Battle for hearts and minds as NMU students head to polls

Nelson Mandela University EFFSC presidential candidate Pontsho Hlongwane
FOCUS ON DEBT: Nelson Mandela University EFFSC presidential candidate Pontsho Hlongwane
Image: supplied

Thousands of Nelson Mandela University students will head to the polls on Wednesday to elect a new student representative council.

While this has been one of the most low-key campaigns for office, the stakes are high, especially with 2021 being a local government election year.

Whichever organisation emerges victorious after the virtual elections, its mother body will likely point to it as a sign of things to come as, to an extent the ANC, DA and EFF will be using the SRC elections as a barometer of their support among the youth.

Students take to the polls nearly 1½ years since the last election, in October 2019, which saw ANC-aligned Sasco retain power for the fourth consecutive year.

Due to Covid-19, elections were not held in 2020.

This year, the DA-aligned Daso and EFF-aligned EFFSC campaigns are led by respective presidential candidates Lenard Malesa and Pontsho Hlongwane, while Sasco will announce a leader after the election results have been revealed.

Sasco regional secretary Thembalethu Nyikilana said: “Sasco does not have something called a presidential candidate.

“The organisation deploys into office after election results are announced.”
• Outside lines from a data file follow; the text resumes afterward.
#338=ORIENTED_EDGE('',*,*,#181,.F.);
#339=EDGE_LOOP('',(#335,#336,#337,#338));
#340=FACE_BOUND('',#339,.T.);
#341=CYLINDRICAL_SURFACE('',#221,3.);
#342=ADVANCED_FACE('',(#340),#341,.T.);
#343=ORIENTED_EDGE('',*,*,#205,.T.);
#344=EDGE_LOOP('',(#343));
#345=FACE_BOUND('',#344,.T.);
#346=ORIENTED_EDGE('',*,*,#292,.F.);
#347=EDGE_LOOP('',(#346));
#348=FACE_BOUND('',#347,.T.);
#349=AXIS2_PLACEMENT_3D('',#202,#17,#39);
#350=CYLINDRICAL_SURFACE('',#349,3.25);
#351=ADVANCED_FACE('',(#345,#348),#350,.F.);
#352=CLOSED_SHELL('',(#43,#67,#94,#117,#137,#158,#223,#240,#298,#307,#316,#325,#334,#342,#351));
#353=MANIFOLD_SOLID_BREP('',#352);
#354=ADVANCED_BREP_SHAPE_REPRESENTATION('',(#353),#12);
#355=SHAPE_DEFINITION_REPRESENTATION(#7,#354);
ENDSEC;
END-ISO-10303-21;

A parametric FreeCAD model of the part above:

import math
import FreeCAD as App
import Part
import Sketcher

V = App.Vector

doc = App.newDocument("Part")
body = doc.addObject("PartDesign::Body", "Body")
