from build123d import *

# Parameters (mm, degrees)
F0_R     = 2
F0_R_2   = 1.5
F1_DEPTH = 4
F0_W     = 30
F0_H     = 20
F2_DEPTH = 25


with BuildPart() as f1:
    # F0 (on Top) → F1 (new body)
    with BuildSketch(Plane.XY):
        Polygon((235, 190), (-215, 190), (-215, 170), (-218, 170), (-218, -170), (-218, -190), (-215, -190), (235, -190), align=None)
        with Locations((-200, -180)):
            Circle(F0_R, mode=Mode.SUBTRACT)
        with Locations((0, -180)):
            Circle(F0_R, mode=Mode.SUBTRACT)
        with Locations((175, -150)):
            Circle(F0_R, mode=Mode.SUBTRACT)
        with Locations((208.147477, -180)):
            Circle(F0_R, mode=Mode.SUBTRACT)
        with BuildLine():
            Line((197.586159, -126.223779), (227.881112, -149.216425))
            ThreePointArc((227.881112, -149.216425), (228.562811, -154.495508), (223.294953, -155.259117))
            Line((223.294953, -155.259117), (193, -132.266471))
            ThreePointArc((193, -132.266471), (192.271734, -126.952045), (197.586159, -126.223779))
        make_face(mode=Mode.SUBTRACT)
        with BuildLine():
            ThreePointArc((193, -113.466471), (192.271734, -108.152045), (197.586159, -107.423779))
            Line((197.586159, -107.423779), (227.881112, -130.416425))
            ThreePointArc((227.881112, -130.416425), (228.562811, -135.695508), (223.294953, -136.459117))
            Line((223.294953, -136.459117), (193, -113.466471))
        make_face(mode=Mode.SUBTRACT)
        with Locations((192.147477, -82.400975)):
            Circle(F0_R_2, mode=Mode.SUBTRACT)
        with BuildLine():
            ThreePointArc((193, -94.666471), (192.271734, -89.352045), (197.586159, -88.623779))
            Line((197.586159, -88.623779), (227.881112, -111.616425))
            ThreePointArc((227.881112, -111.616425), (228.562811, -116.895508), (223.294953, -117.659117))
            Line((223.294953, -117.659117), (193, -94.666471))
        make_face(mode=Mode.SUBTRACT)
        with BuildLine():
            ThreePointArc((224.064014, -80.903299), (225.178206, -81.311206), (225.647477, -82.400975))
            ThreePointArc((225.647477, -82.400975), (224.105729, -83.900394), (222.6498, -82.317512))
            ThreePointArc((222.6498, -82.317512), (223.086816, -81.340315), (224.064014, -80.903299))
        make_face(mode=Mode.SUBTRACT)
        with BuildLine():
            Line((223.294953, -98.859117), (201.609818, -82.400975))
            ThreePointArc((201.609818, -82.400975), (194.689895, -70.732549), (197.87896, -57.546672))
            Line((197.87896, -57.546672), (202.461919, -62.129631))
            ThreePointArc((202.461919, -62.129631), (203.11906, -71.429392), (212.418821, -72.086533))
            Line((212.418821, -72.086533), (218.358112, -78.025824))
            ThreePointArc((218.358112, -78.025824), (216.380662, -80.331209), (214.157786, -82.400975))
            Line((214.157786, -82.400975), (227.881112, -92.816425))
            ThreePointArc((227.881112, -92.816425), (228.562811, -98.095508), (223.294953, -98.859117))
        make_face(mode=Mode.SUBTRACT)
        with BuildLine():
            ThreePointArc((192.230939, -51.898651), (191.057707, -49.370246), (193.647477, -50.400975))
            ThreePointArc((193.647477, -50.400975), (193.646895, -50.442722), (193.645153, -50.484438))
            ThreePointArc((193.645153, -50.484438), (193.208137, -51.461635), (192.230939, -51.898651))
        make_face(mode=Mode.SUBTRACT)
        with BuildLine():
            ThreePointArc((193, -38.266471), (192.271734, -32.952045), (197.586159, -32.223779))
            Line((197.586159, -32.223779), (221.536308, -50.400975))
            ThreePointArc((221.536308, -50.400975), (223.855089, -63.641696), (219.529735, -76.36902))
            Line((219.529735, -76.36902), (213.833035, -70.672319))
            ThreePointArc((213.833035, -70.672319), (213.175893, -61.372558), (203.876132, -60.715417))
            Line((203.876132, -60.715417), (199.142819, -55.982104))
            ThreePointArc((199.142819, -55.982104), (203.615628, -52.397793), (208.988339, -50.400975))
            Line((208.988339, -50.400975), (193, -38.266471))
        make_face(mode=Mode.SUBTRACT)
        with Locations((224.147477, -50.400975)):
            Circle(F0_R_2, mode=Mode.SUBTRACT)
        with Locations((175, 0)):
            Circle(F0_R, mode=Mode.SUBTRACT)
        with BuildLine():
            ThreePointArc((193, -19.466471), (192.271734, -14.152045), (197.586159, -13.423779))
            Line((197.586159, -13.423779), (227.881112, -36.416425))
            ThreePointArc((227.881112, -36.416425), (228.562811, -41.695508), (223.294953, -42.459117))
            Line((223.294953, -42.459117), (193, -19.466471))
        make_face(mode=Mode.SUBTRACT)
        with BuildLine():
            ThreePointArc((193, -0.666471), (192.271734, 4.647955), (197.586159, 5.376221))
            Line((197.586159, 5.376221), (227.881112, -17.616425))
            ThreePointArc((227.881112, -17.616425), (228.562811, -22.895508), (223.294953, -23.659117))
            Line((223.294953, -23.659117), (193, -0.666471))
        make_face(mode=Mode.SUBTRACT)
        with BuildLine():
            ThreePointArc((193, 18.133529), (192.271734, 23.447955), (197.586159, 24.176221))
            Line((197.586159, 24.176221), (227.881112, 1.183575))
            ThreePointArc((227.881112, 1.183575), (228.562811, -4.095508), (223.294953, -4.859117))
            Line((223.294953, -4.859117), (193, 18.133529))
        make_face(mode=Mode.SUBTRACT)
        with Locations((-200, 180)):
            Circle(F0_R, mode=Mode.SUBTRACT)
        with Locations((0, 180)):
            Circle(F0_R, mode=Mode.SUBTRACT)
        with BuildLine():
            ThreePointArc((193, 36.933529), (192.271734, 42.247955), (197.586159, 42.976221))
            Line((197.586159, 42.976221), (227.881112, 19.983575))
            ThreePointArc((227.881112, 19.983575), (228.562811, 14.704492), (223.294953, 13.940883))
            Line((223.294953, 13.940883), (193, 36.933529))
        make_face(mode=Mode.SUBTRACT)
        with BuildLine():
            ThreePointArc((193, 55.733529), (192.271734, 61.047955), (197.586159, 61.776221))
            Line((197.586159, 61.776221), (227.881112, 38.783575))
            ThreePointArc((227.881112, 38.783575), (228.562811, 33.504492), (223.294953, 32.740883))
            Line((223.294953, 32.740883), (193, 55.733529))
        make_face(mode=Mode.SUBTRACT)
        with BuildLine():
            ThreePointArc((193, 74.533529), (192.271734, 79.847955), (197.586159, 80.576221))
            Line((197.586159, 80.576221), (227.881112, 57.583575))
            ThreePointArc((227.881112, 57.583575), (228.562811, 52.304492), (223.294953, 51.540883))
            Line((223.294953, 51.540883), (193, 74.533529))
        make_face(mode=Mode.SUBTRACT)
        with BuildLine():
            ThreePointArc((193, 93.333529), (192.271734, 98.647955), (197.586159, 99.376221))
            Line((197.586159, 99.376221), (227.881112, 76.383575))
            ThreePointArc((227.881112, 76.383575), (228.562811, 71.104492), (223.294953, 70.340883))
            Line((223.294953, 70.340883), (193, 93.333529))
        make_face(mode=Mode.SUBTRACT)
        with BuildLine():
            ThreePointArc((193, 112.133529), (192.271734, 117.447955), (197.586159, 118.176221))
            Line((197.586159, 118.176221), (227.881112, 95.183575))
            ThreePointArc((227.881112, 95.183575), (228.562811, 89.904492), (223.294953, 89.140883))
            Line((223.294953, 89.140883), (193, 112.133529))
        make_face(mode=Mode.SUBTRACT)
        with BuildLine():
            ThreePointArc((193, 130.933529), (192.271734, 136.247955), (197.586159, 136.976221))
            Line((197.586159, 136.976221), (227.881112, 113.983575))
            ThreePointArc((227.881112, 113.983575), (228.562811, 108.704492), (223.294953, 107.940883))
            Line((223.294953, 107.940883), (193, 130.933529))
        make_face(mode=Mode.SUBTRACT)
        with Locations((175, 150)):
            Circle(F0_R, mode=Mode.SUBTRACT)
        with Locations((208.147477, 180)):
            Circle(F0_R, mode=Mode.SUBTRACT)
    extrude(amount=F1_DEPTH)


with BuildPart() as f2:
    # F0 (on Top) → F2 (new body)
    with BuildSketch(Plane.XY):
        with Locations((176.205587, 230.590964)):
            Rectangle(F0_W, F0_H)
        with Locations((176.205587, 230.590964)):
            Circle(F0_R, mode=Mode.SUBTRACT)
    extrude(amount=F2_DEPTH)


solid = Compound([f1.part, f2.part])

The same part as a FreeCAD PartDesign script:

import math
import FreeCAD as App
import Part
import Sketcher
Q = App.Units.Quantity


def add_polygon(sketch, points):
    """Adds a closed chain of lines whose ends are joined by coincident constraints."""
    first, n = sketch.GeometryCount, len(points)
    for a, b in zip(points, points[1:] + points[:1]):
        sketch.addGeometry(Part.LineSegment(App.Vector(*a, 0), App.Vector(*b, 0)), False)
    for i in range(n):
        sketch.addConstraint(Sketcher.Constraint("Coincident", first + i, 2, first + (i + 1) % n, 1))

doc = App.newDocument("Part")
body = doc.addObject("PartDesign::Body", "Body")

# Sketch on XY plane
sketch1 = body.newObject("Sketcher::SketchObject", "Sketch")
sketch1.AttachmentSupport = (doc.getObject("XY_Plane"), [""])
sketch1.MapMode = "FlatFace"
add_polygon(sketch1, [(235, 190), (-215, 190), (-215, 170), (-218, 170), (-218, -190), (235, -190)])  # lines 0-5
sketch1.addGeometry(Part.Circle(App.Vector(-200, -180, 0), App.Vector(0, 0, 1), 2), False)  # 6
sketch1.addGeometry(Part.Circle(App.Vector(0, -180, 0), App.Vector(0, 0, 1), 2), False)  # 7
sketch1.addGeometry(Part.Circle(App.Vector(175, -150, 0), App.Vector(0, 0, 1), 2), False)  # 8
sketch1.addGeometry(Part.Circle(App.Vector(208.147477, -180, 0), App.Vector(0, 0, 1), 2), False)  # 9
sketch1.addGeometry(Part.ArcOfCircle(Part.Circle(App.Vector(195.29308, -129.245125, 0), App.Vector(0, 0, 1), 3.792986), math.radians(52.802973), math.radians(232.80297)), False)  # 10
sketch1.addGeometry(Part.LineSegment(App.Vector(197.586159, -126.223779, 0), App.Vector(227.881112, -149.216425, 0)), False)  # 11
sketch1.addGeometry(Part.ArcOfCircle(Part.Circle(App.Vector(225.541101, -152.202152, 0), App.Vector(0, 0, 1), 3.793444), math.radians(-126.307101), math.radians(51.913044)), False)  # 12
sketch1.addGeometry(Part.LineSegment(App.Vector(223.294953, -155.259117, 0), App.Vector(193, -132.266471, 0)), False)  # 13
sketch1.addGeometry(Part.LineSegment(App.Vector(223.294953, -136.459117, 0), App.Vector(193, -113.466471, 0)), False)  # 14
sketch1.addGeometry(Part.ArcOfCircle(Part.Circle(App.Vector(195.29308, -110.445125, 0), App.Vector(0, 0, 1), 3.792986), math.radians(52.802973), math.radians(232.80297)), False)  # 15
sketch1.addGeometry(Part.LineSegment(App.Vector(197.586159, -107.423779, 0), App.Vector(227.881112, -130.416425, 0)), False)  # 16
Nyikilana is the incumbent SRC head at NMU.

Meanwhile, Malesa and Hlongwane have hit the ground running, aiming to unseat the ANC-aligned  student organisation.

Hlongwane, a 21-year-old third year LLB student at the university’s south campus, said he had been closely exposed to students’ struggles with accommodation, some of which were due to financial shortfalls.
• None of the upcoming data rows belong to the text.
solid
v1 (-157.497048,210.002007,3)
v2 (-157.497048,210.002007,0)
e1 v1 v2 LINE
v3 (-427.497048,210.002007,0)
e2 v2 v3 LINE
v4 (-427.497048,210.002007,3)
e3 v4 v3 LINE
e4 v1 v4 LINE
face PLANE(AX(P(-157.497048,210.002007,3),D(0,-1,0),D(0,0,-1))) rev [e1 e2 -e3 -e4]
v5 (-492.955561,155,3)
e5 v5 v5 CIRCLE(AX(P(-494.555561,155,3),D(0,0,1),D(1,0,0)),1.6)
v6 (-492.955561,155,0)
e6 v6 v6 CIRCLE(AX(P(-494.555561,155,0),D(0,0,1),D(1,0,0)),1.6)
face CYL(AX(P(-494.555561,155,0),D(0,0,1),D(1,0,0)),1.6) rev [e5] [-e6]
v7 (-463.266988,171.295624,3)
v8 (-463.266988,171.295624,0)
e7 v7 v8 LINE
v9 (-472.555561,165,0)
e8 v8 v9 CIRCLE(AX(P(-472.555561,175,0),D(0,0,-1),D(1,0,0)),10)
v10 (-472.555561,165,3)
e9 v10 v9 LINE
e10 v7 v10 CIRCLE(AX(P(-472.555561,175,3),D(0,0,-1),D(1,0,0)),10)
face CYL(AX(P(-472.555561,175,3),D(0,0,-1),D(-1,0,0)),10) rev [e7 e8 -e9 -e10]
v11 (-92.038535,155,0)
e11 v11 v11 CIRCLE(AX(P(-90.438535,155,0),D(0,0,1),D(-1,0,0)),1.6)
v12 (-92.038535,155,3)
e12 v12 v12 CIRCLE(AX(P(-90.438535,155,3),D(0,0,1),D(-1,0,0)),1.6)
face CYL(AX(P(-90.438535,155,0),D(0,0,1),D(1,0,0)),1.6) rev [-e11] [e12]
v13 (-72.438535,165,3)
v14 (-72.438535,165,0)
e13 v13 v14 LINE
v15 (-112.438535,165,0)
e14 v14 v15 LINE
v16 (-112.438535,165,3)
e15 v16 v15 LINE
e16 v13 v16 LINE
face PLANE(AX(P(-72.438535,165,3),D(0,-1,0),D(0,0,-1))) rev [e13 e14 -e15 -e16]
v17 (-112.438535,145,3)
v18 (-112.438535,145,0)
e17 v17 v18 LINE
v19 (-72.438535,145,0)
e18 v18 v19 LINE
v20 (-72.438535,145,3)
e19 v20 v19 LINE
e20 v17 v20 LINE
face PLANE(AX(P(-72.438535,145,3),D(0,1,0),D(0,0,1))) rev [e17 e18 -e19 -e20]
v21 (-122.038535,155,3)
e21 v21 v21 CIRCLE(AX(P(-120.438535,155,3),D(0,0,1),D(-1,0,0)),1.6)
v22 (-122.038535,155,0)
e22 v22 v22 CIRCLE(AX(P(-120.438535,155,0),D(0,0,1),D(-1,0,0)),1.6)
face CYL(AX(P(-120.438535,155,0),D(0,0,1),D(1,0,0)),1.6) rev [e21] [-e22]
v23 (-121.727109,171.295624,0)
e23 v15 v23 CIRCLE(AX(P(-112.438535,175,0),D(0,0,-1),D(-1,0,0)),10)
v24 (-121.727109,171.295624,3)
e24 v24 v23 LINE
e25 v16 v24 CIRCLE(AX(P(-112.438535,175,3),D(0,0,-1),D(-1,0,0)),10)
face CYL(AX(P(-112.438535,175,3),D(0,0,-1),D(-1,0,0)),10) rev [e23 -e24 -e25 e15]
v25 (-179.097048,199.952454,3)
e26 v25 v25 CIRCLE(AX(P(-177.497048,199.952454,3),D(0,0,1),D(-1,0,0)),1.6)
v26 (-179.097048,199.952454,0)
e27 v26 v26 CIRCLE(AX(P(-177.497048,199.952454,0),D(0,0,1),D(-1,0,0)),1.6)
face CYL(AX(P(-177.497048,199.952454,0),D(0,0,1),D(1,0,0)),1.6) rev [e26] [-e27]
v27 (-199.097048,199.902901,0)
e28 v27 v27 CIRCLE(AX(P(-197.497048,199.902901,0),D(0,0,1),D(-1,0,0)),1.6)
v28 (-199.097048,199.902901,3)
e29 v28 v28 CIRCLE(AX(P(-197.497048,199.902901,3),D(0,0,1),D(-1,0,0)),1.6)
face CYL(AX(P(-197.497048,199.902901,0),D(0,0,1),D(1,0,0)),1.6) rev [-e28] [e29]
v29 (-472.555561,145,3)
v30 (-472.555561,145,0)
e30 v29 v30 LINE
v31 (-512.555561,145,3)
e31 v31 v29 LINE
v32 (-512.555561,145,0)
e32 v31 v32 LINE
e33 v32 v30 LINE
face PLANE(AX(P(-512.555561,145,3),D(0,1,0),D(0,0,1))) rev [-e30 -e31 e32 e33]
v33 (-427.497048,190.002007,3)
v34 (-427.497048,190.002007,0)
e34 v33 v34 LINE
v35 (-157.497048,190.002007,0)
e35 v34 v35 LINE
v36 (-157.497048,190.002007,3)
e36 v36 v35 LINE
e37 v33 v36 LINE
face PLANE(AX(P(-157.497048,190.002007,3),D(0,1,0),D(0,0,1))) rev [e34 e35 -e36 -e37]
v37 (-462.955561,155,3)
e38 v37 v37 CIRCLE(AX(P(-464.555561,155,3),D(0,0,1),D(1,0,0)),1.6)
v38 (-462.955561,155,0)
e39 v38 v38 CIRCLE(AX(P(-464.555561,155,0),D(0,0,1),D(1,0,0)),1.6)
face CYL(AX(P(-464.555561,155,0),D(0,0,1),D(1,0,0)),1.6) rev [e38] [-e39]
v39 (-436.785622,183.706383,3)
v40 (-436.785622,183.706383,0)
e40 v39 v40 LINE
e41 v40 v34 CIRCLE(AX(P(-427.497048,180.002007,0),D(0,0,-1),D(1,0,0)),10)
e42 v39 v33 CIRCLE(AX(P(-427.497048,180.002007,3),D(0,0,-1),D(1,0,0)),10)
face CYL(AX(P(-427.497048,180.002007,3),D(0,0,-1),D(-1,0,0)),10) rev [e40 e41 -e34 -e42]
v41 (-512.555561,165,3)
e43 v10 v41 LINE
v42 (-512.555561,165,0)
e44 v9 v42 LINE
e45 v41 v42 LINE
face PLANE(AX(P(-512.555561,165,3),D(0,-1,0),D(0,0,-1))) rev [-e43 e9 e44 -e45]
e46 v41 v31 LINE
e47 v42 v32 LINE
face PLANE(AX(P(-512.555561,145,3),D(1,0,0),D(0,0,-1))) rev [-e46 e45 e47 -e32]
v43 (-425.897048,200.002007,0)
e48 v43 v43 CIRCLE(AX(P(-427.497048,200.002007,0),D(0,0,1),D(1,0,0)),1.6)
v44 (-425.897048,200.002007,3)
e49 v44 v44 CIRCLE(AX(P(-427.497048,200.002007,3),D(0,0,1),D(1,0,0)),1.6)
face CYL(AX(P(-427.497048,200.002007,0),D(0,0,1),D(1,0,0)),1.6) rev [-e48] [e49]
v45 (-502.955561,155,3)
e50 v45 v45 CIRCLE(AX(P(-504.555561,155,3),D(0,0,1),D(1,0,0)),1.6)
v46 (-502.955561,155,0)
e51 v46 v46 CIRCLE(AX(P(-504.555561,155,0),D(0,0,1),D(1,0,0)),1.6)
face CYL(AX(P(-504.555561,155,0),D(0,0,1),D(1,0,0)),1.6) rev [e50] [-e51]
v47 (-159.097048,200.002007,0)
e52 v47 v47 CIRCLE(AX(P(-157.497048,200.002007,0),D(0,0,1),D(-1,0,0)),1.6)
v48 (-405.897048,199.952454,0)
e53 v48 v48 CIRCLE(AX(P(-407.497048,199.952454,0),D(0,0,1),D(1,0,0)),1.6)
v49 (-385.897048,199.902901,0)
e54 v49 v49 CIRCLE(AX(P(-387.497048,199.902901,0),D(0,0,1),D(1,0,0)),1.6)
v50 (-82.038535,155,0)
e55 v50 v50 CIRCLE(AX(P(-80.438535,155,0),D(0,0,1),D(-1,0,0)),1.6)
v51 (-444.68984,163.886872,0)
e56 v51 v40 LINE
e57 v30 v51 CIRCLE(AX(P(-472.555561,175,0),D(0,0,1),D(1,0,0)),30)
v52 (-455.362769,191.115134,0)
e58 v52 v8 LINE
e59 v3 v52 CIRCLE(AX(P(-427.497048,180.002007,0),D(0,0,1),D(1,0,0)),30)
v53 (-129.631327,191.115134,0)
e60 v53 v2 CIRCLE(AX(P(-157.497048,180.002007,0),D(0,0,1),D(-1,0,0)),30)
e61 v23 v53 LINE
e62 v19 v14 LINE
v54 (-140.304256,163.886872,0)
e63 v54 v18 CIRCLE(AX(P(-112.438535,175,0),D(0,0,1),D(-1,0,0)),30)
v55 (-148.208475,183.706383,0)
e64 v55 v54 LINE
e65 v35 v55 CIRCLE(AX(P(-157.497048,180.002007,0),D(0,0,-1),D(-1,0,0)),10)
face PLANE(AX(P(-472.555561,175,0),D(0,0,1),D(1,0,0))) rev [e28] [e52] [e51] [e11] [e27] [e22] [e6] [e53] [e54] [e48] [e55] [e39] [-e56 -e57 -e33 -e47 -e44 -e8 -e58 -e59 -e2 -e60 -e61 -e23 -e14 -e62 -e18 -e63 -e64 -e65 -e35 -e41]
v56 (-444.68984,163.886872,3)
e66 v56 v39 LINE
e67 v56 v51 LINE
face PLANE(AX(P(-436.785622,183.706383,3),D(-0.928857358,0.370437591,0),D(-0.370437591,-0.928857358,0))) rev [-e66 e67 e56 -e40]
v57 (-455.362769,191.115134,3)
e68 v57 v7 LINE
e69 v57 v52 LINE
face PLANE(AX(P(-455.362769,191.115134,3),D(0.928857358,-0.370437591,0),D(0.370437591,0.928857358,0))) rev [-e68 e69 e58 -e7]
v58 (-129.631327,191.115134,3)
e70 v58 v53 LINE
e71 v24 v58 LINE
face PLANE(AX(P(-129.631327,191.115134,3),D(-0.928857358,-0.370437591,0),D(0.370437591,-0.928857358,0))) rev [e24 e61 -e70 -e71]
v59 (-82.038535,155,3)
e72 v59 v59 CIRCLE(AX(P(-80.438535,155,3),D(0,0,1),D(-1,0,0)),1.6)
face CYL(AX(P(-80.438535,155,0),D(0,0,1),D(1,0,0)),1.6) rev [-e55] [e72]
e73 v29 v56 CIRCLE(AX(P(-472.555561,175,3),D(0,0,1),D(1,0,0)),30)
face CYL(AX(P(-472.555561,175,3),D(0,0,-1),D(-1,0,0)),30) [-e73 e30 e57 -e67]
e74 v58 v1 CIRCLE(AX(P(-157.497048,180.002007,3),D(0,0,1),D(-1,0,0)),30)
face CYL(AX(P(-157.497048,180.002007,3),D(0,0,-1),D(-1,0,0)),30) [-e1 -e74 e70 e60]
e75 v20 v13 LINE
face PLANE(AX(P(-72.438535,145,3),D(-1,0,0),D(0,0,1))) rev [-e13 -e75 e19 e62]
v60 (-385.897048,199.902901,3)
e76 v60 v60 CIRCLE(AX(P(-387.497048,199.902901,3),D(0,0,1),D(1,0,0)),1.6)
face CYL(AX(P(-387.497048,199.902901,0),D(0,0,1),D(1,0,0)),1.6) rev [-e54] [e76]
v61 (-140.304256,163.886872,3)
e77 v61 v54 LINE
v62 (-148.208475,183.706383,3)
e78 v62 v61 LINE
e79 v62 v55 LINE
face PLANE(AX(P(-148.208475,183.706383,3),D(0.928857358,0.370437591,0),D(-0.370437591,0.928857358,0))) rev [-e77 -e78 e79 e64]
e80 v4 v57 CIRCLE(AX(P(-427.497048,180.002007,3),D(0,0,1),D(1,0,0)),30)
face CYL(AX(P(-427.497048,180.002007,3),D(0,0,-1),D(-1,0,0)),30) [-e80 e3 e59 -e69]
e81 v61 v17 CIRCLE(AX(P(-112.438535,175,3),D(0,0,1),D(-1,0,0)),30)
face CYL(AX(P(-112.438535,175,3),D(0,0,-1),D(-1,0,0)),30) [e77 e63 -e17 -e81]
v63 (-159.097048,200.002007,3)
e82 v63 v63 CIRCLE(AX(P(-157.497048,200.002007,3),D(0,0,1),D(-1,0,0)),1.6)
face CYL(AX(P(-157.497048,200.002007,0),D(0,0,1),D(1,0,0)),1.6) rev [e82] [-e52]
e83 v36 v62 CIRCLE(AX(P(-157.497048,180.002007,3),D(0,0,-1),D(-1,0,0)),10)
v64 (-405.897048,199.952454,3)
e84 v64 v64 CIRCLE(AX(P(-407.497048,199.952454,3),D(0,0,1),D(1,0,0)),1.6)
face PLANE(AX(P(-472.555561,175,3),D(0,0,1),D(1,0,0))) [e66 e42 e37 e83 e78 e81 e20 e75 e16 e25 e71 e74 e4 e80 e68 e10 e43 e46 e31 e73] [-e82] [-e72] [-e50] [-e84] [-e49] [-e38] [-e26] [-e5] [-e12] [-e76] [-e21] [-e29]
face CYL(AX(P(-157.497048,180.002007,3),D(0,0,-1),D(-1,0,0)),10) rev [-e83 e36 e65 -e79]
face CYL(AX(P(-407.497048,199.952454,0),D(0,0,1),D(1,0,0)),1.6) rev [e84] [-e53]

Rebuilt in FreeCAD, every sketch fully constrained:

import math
import FreeCAD as App
import Part
import Sketcher

doc = App.newDocument("Part")
body = doc.addObject("PartDesign::Body", "Body")

# Sketch on XY plane
sketch1 = body.newObject("Sketcher::SketchObject", "Sketch")
sketch1.AttachmentSupport = (doc.getObject("XY_Plane"), [""])
sketch1.MapMode = "FlatFace"
sketch1.addGeometry([
    Part.LineSegment(App.Vector(-513, 145, 0), App.Vector(-473, 145, 0)),  # 0
    Part.ArcOfCircle(Part.Circle(App.Vector(-473, 175, 0), App.Vector(0, 0, 1), 30), math.radians(-90), math.radians(-22)),  # 1
    Part.LineSegment(App.Vector(-445, 164, 0), App.Vector(-437, 184, 0)),  # 2
    Part.ArcOfCircle(Part.Circle(App.Vector(-427, 180, 0), App.Vector(0, 0, 1), 10), math.radians(90), math.radians(158)),  # 3
    Part.LineSegment(App.Vector(-427, 190, 0), App.Vector(-157, 190, 0)),  # 4
    Part.ArcOfCircle(Part.Circle(App.Vector(-157, 180, 0), App.Vector(0, 0, 1), 10), math.radians(22), math.radians(90)),  # 5
    Part.LineSegment(App.Vector(-148, 184, 0), App.Vector(-140, 164, 0)),  # 6
    Part.ArcOfCircle(Part.Circle(App.Vector(-112, 175, 0), App.Vector(0, 0, 1), 30), math.radians(-158), math.radians(-90)),  # 7
    Part.LineSegment(App.Vector(-112, 145, 0), App.Vector(-72, 145, 0)),  # 8
    Part.LineSegment(App.Vector(-72, 145, 0), App.Vector(-72, 165, 0)),  # 9
    Part.LineSegment(App.Vector(-72, 165, 0), App.Vector(-112, 165, 0)),  # 10
    Part.ArcOfCircle(Part.Circle(App.Vector(-112, 175, 0), App.Vector(0, 0, 1), 10), math.radians(-158), math.radians(-90)),  # 11
    Part.LineSegment(App.Vector(-122, 171, 0), App.Vector(-130, 191, 0)),  # 12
He said the party would introduce an SRC resource centre to settle student debts and fund the registration of non-funded students, among other interventions.

“We believe in free education, but in the interim — while we are still championing the struggle for free education — we will be able to [help fund] students who owe the institution, through the SRC resource centre.

“We are going to allocate a budget for the resource centre and collect donations and sponsors from the university and externally,” he said.

This is, of course, should the EFFSC attain control of the SRC.

The party in 2019 secured two seats in the SRC with 1,462 votes, up from one seat in 2018.

Hlongwane said adequate, quality housing for students was another priority for the party.

He said the party would establish a single department of housing to implement policies and systems universal to all residences on and off campus.

This would ensure that off-campus students were placed at the same time as students living on campus residences.

The party’s manifesto promises:

  • Reasonable food pricing on campus;
  • Providing students with lunch every day;
  • Opposing patriarchy, tribalism and sexism; and
  • Integrating on-campus students into the IntelliMalli system so they can receive their allowances into their bank accounts.
Nelson Mandela University Daso presidential candidate Lenard Malesa
BAILOUT FUND: Nelson Mandela University Daso presidential candidate Lenard Malesa
Image: Supplied

Daso’s Malesa, a 27-year-old final year mechatronics engineering student, said the party’s priority should he be voted into office would be to reintroduce the bailout fund.

The fund is aimed at clearing student debt.

“The issue of debt is holding back a lot of students who cannot move forward even after they have completed their studies and secured job interviews.

“They can’t get jobs because the university is holding back their academic records because of debt,” he said.

Malesa said the fund, which was introduced when the party was still in power,  had raised up to R10m to clear student debt.

He said the fund would help towards registering students and securing accommodation.

Daso would advocate for all registered students to receive their academic records free of charge, Malesa said.

He said the party would further advocate for the return of physical graduation ceremonies, despite Covid-19, but under strict regulations.

The party, through its manifesto, promises to advocate for the university to accommodate 30% of non-funded students in its on-campus residences, provide accommodation for students undergoing in-service training outside Gqeberha, establish an open-source platform for free study material, expand shuttle routes to the townships and introduce an emergency safety app, among other services.

In the 2019 election, Daso secured only one of the nine seats, with 998 votes.

Nyikilana, who said Sasco had delivered on its 2019 promises, is aiming  for a clean sweep this year.

In 2019, Sasco secured six seats, with 3,252 votes.

Only 5,768 students voted, which was 22.6% of the student population at the time.

 The Pan Africanist Student Movement of Azania (Pasma) will contest only at the university’s Second Avenue campus, and not in the central election.

The party released a statement on Facebook at the weekend  accusing the student governance office of sidelining Pasma and registering it to only contest the Second Avenue campus.

It said it was legally challenging this.